The Finnstep was invented by Susanna Rahkamo and Petri Kokko, and was first performed in Dortmund, Germany, in 1995. It is skated in the music rhythm of the quickstep 2/4, and at a tempo of 52 two-beat measures per minute (104 beats per minute). It is more "boisterous" than other pattern dances, and includes some of the same spirit and technical nuance as the quickstep. U.S. Figure Skating calls the Finnstep "a fun, fast dance" and says that it resembles "sparkling champagne". It has also been called "a fan favorite". It "must be as much fun to watch as it is to dance". The Finnstep is a ballroom-type quickstep and should be danced "very lightly", although a polka or a folklore character should be avoided while performing. U.S. Figure Skating adds, "The dance is not serious, so it can even be performed a bit comically". It also measures the team's musicality.
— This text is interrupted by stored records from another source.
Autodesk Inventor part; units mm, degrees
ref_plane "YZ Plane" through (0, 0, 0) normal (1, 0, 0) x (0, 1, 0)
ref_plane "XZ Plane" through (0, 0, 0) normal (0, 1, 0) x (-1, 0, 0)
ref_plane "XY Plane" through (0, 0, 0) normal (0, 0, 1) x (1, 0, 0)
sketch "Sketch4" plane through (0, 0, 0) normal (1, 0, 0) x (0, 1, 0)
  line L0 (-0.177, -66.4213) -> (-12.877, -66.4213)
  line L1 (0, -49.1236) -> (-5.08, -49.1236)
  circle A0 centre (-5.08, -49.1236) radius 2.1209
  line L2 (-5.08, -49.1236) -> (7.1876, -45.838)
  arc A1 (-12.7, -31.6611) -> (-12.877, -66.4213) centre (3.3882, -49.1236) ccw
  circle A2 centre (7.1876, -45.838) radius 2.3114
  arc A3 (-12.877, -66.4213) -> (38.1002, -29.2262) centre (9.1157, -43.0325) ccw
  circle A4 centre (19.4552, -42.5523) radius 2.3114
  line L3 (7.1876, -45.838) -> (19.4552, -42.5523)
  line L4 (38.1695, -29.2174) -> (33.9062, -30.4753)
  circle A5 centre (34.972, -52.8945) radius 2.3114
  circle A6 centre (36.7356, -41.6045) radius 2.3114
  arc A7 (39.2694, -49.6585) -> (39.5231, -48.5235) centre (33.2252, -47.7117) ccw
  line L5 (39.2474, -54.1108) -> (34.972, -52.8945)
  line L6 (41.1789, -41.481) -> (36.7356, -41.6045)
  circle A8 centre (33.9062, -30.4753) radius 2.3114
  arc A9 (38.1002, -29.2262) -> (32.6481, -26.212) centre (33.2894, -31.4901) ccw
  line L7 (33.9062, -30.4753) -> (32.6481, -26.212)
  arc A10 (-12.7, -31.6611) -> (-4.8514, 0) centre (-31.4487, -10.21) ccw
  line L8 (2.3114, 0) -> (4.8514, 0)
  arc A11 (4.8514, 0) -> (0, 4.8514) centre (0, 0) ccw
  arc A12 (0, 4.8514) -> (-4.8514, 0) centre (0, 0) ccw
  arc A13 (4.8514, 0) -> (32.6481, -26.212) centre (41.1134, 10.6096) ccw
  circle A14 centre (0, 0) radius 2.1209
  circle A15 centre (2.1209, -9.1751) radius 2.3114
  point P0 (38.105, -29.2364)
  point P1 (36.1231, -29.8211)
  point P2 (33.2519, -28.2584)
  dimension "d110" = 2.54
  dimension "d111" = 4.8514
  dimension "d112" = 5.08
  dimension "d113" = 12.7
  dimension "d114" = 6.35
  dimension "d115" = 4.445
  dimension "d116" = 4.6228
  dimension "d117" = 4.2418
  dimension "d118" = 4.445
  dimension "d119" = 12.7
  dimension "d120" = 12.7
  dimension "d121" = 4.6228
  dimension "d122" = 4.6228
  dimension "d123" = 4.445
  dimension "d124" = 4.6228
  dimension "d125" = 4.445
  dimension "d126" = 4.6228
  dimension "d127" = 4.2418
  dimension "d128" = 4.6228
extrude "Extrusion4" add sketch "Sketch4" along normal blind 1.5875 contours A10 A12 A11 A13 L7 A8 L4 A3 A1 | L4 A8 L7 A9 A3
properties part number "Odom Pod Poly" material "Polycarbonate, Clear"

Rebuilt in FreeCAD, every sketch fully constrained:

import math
import FreeCAD as App
import Part
import Sketcher

V = App.Vector
Q = App.Units.Quantity

doc = App.newDocument("Part")
body = doc.addObject("PartDesign::Body", "Body")

# Sketch on YZ plane
sketch1 = doc.addObject("Sketcher::SketchObject", "Sketch")
body.addObject(sketch1)
sketch1.AttachmentSupport = (doc.YZ_Plane, [""])
sketch1.MapMode = "FlatFace"
sketch1.addGeometry([
    Part.ArcOfCircle(Part.Circle(V(-31.4, -10.2, 0), V(0, 0, 1), 28.5), math.radians(-49), math.radians(21)),  # 0
    Part.ArcOfCircle(Part.Circle(V(3.4, -49.1, 0), V(0, 0, 1), 23.7), math.radians(133), math.radians(227)),  # 1
    Part.ArcOfCircle(Part.Circle(V(9.1, -43, 0), V(0, 0, 1), 32.1), math.radians(-133), math.radians(-20)),  # 2
    Part.ArcOfCircle(Part.Circle(V(9.1, -43, 0), V(0, 0, 1), 32.1), math.radians(-20), math.radians(25)),  # 3
    Part.ArcOfCircle(Part.Circle(V(33.3, -31.5, 0), V(0, 0, 1), 5.3), math.radians(25), math.radians(97)),  # 4
    Part.ArcOfCircle(Part.Circle(V(41.1, 10.6, 0), V(0, 0, 1), 37.8), math.radians(-164), math.radians(-103)),  # 5
    Part.ArcOfCircle(Part.Circle(V(0, 0, 0), V(0, 0, 1), 4.9), math.radians(0), math.radians(180)),  # 6
    Part.Circle(V(33.9, -30.5, 0), V(0, 0, 1), 2.3),  # 7
    Part.Circle(V(-5.1, -49.1, 0), V(0, 0, 1), 2.1),  # 8
    Part.ArcOfCircle(Part.Circle(V(7.2, -45.8, 0), V(0, 0, 1), 2.3), math.radians(15), math.radians(195)),  # 9
    Part.ArcOfCircle(Part.Circle(V(7.2, -45.8, 0), V(0, 0, 1), 2.3), math.radians(-165), math.radians(15)),  # 10
    Part.Circle(V(19.5, -42.6, 0), V(0, 0, 1), 2.3),  # 11
    Part.Circle(V(35, -52.9, 0), V(0, 0, 1), 2.3),  # 12
    Part.Circle(V(36.7, -41.6, 0), V(0, 0, 1), 2.3),  # 13
    Part.Circle(V(2.1, -9.2, 0), V(0, 0, 1), 2.3),  # 14
    Part.Circle(V(0, 0, 0), V(0, 0, 1), 2.1),  # 15
], False)
sketch1.addConstraint([
    Sketcher.Constraint("Coincident", 0, 1, 1, 1),
    Sketcher.Constraint("Tangent", 1, 2, 2, 1),
    Sketcher.Constraint("Tangent", 2, 2, 3, 1),
    Sketcher.Constraint("Coincident", 3, 2, 4, 1),
    Sketcher.Constraint("Coincident", 4, 2, 5, 2),
    Sketcher.Constraint("Coincident", 5, 1, 6, 1),
    Sketcher.Constraint("Coincident", 6, 2, 0, 2),
    Sketcher.Constraint("Tangent", 9, 1, 10, 2),
    Sketcher.Constraint("Coincident", 10, 1, 9, 2),
    Sketcher.Constraint("Coincident", 6, 3, -1, 1),
    Sketcher.Constraint("Coincident", 15, 3, -1, 1),
    Sketcher.Constraint("Equal", 2, 3),
    Sketcher.Constraint("Equal", 7, 9),
    Sketcher.Constraint("Equal", 10, 11),
    Sketcher.Constraint("Equal", 11, 12),
    Sketcher.Constraint("Equal", 12, 13),
    Sketcher.Constraint("Equal", 13, 14),
    Sketcher.Constraint("Equal", 8, 15),
    Sketcher.Constraint("PointOnObject", 5, 1, -1),
    Sketcher.Constraint("PointOnObject", 6, 2, -1),
    Sketcher.Constraint("Horizontal", 1, 3, 8, 3),
    Sketcher.Constraint("Diameter", 7, Q("0.182 in")),
    Sketcher.Constraint("Diameter", 8, Q("0.167 in")),
    Sketcher.Constraint("Radius", 6, Q("0.191 in")),
    Sketcher.Constraint("DistanceX", 8, 3, -1, 1, Q("0.2 in")),
    Sketcher.Constraint("DistanceX", 0, 1, -1, 1, Q("0.5 in")),
    Sketcher.Constraint("DistanceX", -1, 1, 3, 2, Q("1.5 in")),
    Sketcher.Constraint("Radius", 1, Q("0.9348 in")),
    Sketcher.Constraint("Radius", 5, Q("1.4875 in")),
    Sketcher.Constraint("Radius", 0, Q("28.4897 mm")),
    Sketcher.Constraint("Radius", 2, Q("32.1047 mm")),
    Sketcher.Constraint("Radius", 4, Q("5.3169 mm")),
    Sketcher.Constraint("DistanceY", 1, 3, -1, 1, Q("1.934 in")),
    Sketcher.Constraint("DistanceX", 2, 3, 7, 3, Q("0.976 in")),
    Sketcher.Constraint("DistanceY", 8, 3, 0, 1, Q("0.6875 in")),
    Sketcher.Constraint("DistanceY", 13, 3, 4, 2, Q("0.606 in")),
    Sketcher.Constraint("DistanceX", 2, 3, 9, 1, Q("0.012 in")),
    Sketcher.Constraint("DistanceY", 10, 1, 2, 3, Q("0.134 in")),
    Sketcher.Constraint("DistanceY", 2, 3, -1, 1, Q("1.6942 in")),
    Sketcher.Constraint("DistanceX", -1, 1, 4, 3, Q("1.3106 in")),
    Sketcher.Constraint("DistanceY", -1, 1, 5, 3, Q("0.4177 in")),
    Sketcher.Constraint("DistanceX", -1, 1, 14, 3, Q("0.0835 in")),
    Sketcher.Constraint("DistanceX", -1, 1, 2, 2, Q("1.5452 in")),
    Sketcher.Constraint("DistanceY", 9, 1, -1, 1, Q("1.7811 in")),
    Sketcher.Constraint("DistanceX", 9, 3, 2, 3, Q("0.0759 in")),
    Sketcher.Constraint("DistanceY", 2, 3, 11, 3, Q("0.0189 in")),
    Sketcher.Constraint("DistanceX", 11, 3, 12, 3, Q("0.6109 in")),
    Sketcher.Constraint("DistanceY", 12, 3, 4, 3, Q("0.8427 in")),
    Sketcher.Constraint("DistanceX", 7, 3, 13, 3, Q("0.1114 in")),
    Sketcher.Constraint("DistanceX", 11, 3, 4, 2, Q("0.5194 in")),
    Sketcher.Constraint("DistanceY", 7, 3, -1, 1, Q("30.4753 mm")),
    Sketcher.Constraint("DistanceY", 14, 3, -1, 1, Q("9.175 mm")),
])
pad1 = doc.addObject("PartDesign::Pad", "Pad")
body.addObject(pad1)
pad1.Profile = sketch1
pad1.Length = Q("0.0625 in")

doc.recompute()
The Finnstep requires crisp and tidy timing and footwork. According to U.S. Figure Skating, timing is the dance's most important characteristic; when it lacks crisp and tidy timing, as well as character, the team "should be penalized severely". Skaters should execute steps at the beginning of the beat, not just on the beat, because it helps them achieve the necessary lightness. The skaters' posture should be upright and almost stiff throughout the dance. Partners should skate the longer steps in the dance with strong, deep, and well-rounded edges, which should contrast with the dance's crisp and light steps, toe steps and hops (small jumps without rotation). U.S. Figure Skating also states: "Just skating the steps is not enough. It is how the steps are executed and what is 'said and expressed' with the technique that is important, not the technique in itself".
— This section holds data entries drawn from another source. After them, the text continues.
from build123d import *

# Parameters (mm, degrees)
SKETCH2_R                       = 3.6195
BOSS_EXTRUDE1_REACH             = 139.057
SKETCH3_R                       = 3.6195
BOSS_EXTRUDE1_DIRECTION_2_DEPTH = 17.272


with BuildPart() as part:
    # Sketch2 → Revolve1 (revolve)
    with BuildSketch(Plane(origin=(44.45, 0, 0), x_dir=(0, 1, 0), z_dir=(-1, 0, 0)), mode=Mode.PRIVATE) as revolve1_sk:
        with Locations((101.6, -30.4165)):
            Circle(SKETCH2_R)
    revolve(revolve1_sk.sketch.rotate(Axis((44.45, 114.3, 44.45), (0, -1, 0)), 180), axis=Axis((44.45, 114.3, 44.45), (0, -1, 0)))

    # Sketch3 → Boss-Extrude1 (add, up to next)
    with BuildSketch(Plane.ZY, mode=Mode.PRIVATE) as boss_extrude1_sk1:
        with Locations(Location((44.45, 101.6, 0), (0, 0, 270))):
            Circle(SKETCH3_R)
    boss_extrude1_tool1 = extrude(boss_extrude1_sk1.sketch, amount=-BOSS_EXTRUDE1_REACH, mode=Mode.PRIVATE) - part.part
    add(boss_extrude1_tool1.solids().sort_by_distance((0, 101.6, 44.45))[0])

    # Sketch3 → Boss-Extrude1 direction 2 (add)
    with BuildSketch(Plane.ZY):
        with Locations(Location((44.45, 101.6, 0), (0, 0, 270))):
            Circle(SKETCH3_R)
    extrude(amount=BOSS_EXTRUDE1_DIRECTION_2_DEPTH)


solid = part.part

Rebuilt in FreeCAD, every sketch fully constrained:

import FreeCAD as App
import Part
import Sketcher
from FreeCAD import Vector
Q = App.Units.Quantity

doc = App.newDocument("Part")
params = doc.addObject("Spreadsheet::Sheet", "Params")
for row, (alias, value) in enumerate([
    ("sketch1_diameter", "0.285 in"),
    ("revolution_angle", "360 deg"),
    ("sketch2_diameter", "0.285 in"),
    ("sketch3_diameter", "0.285 in"),
    ("pad2_length", "0.68 in"),
], start=1):
    params.set(f"A{row}", alias)
    params.set(f"B{row}", "=" + value)
    params.setAlias(f"B{row}", alias)

body = doc.addObject("PartDesign::Body", "Body")

sketch1 = body.newObject("Sketcher::SketchObject", "Sketch")
sketch1.AttachmentSupport = (doc.getObject("YZ_Plane"), [""])
sketch1.MapMode = "FlatFace"
sketch1.AttachmentOffset = App.Placement(Vector(0, 0, 1.75 * 25.4), App.Rotation())
sketch1.addGeometry(Part.Circle(Vector(101.6, 30.4, 0), Vector(0, 0, 1), 3.6), False)
sketch1.addGeometry(Part.LineSegment(Vector(101.6, 44.5, 0), Vector(91.6, 44.5, 0)), True)
sketch1.addConstraint(Sketcher.Constraint("Horizontal", 1))
sketch1.addConstraint(Sketcher.Constraint("Vertical", 0, 3, 1, 1))
sketch1.addConstraint(Sketcher.Constraint("Diameter", 0, Q("0.285 in")))
sketch1.addConstraint(Sketcher.Constraint("DistanceX", -1, 1, 0, 3, Q("4 in")))
sketch1.addConstraint(Sketcher.Constraint("DistanceY", -1, 1, 1, 1, Q("1.75 in")))
sketch1.addConstraint(Sketcher.Constraint("DistanceX", 1, 2, 1, 1, Q("10 mm")))
sketch1.addConstraint(Sketcher.Constraint("DistanceY", -1, 1, 0, 3, Q("1.1975 in")))
sketch1.setExpression("Constraints[2]", "Params.sketch1_diameter")
revolution = body.newObject("PartDesign::Revolution", "Revolution")
revolution.Profile = sketch1
revolution.ReferenceAxis = (sketch1, ["Axis0"])
revolution.setExpression("Angle", "Params.revolution_angle")

sketch2 = body.newObject("Sketcher::SketchObject", "Sketch001")
sketch2.AttachmentSupport = (doc.getObject("YZ_Plane"), [""])
sketch2.MapMode = "FlatFace"
sketch2.addGeometry(Part.Circle(Vector(101.6, 44.5, 0), Vector(0, 0, 1), 3.6), False)
sketch2.addConstraint(Sketcher.Constraint("Diameter", 0, Q("0.285 in")))
sketch2.addConstraint(Sketcher.Constraint("DistanceX", -1, 1, 0, 3, Q("4 in")))
sketch2.addConstraint(Sketcher.Constraint("DistanceY", -1, 1, 0, 3, Q("1.75 in")))
sketch2.setExpression("Constraints[0]", "Params.sketch2_diameter")
pad1 = body.newObject("PartDesign::Pad", "Pad")
pad1.Profile = sketch2
pad1.Type = "UpToFirst"

sketch3 = body.newObject("Sketcher::SketchObject", "Sketch002")
sketch3.AttachmentSupport = (doc.getObject("YZ_Plane"), [""])
sketch3.MapMode = "FlatFace"
sketch3.addGeometry(Part.Circle(Vector(101.6, 44.5, 0), Vector(0, 0, 1), 3.6), False)
sketch3.addConstraint(Sketcher.Constraint("Diameter", 0, Q("0.285 in")))
sketch3.addConstraint(Sketcher.Constraint("DistanceX", -1, 1, 0, 3, Q("4 in")))
sketch3.addConstraint(Sketcher.Constraint("DistanceY", -1, 1, 0, 3, Q("1.75 in")))
sketch3.setExpression("Constraints[0]", "Params.sketch3_diameter")
pad2 = body.newObject("PartDesign::Pad", "Pad001")
pad2.Profile = sketch3
pad2.setExpression("Length", "Params.pad2_length")
pad2.Reversed = True

doc.recompute()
Skaters performing the Finnstep begin with a promenade section that sets up the character of the dance. Crisp and accurate timing, with emphasis on the music's upbeats, is crucial. The dance is skated on a straight line across the rink, in an open hold, with an upright style and quick hops that resemble a ballroom quickstep. Immediately following the promenade section is the twizzle section, in which the follow partner's twizzles of 11/2 rotations each must be executed quickly. The quick hops of this section must be executed in unison, using only the legs and knees, without using the upper body. Good, clean free-leg action, with controlled, nicely flowing, and deep edges, but without losing the dance's character and rhythm, is also required.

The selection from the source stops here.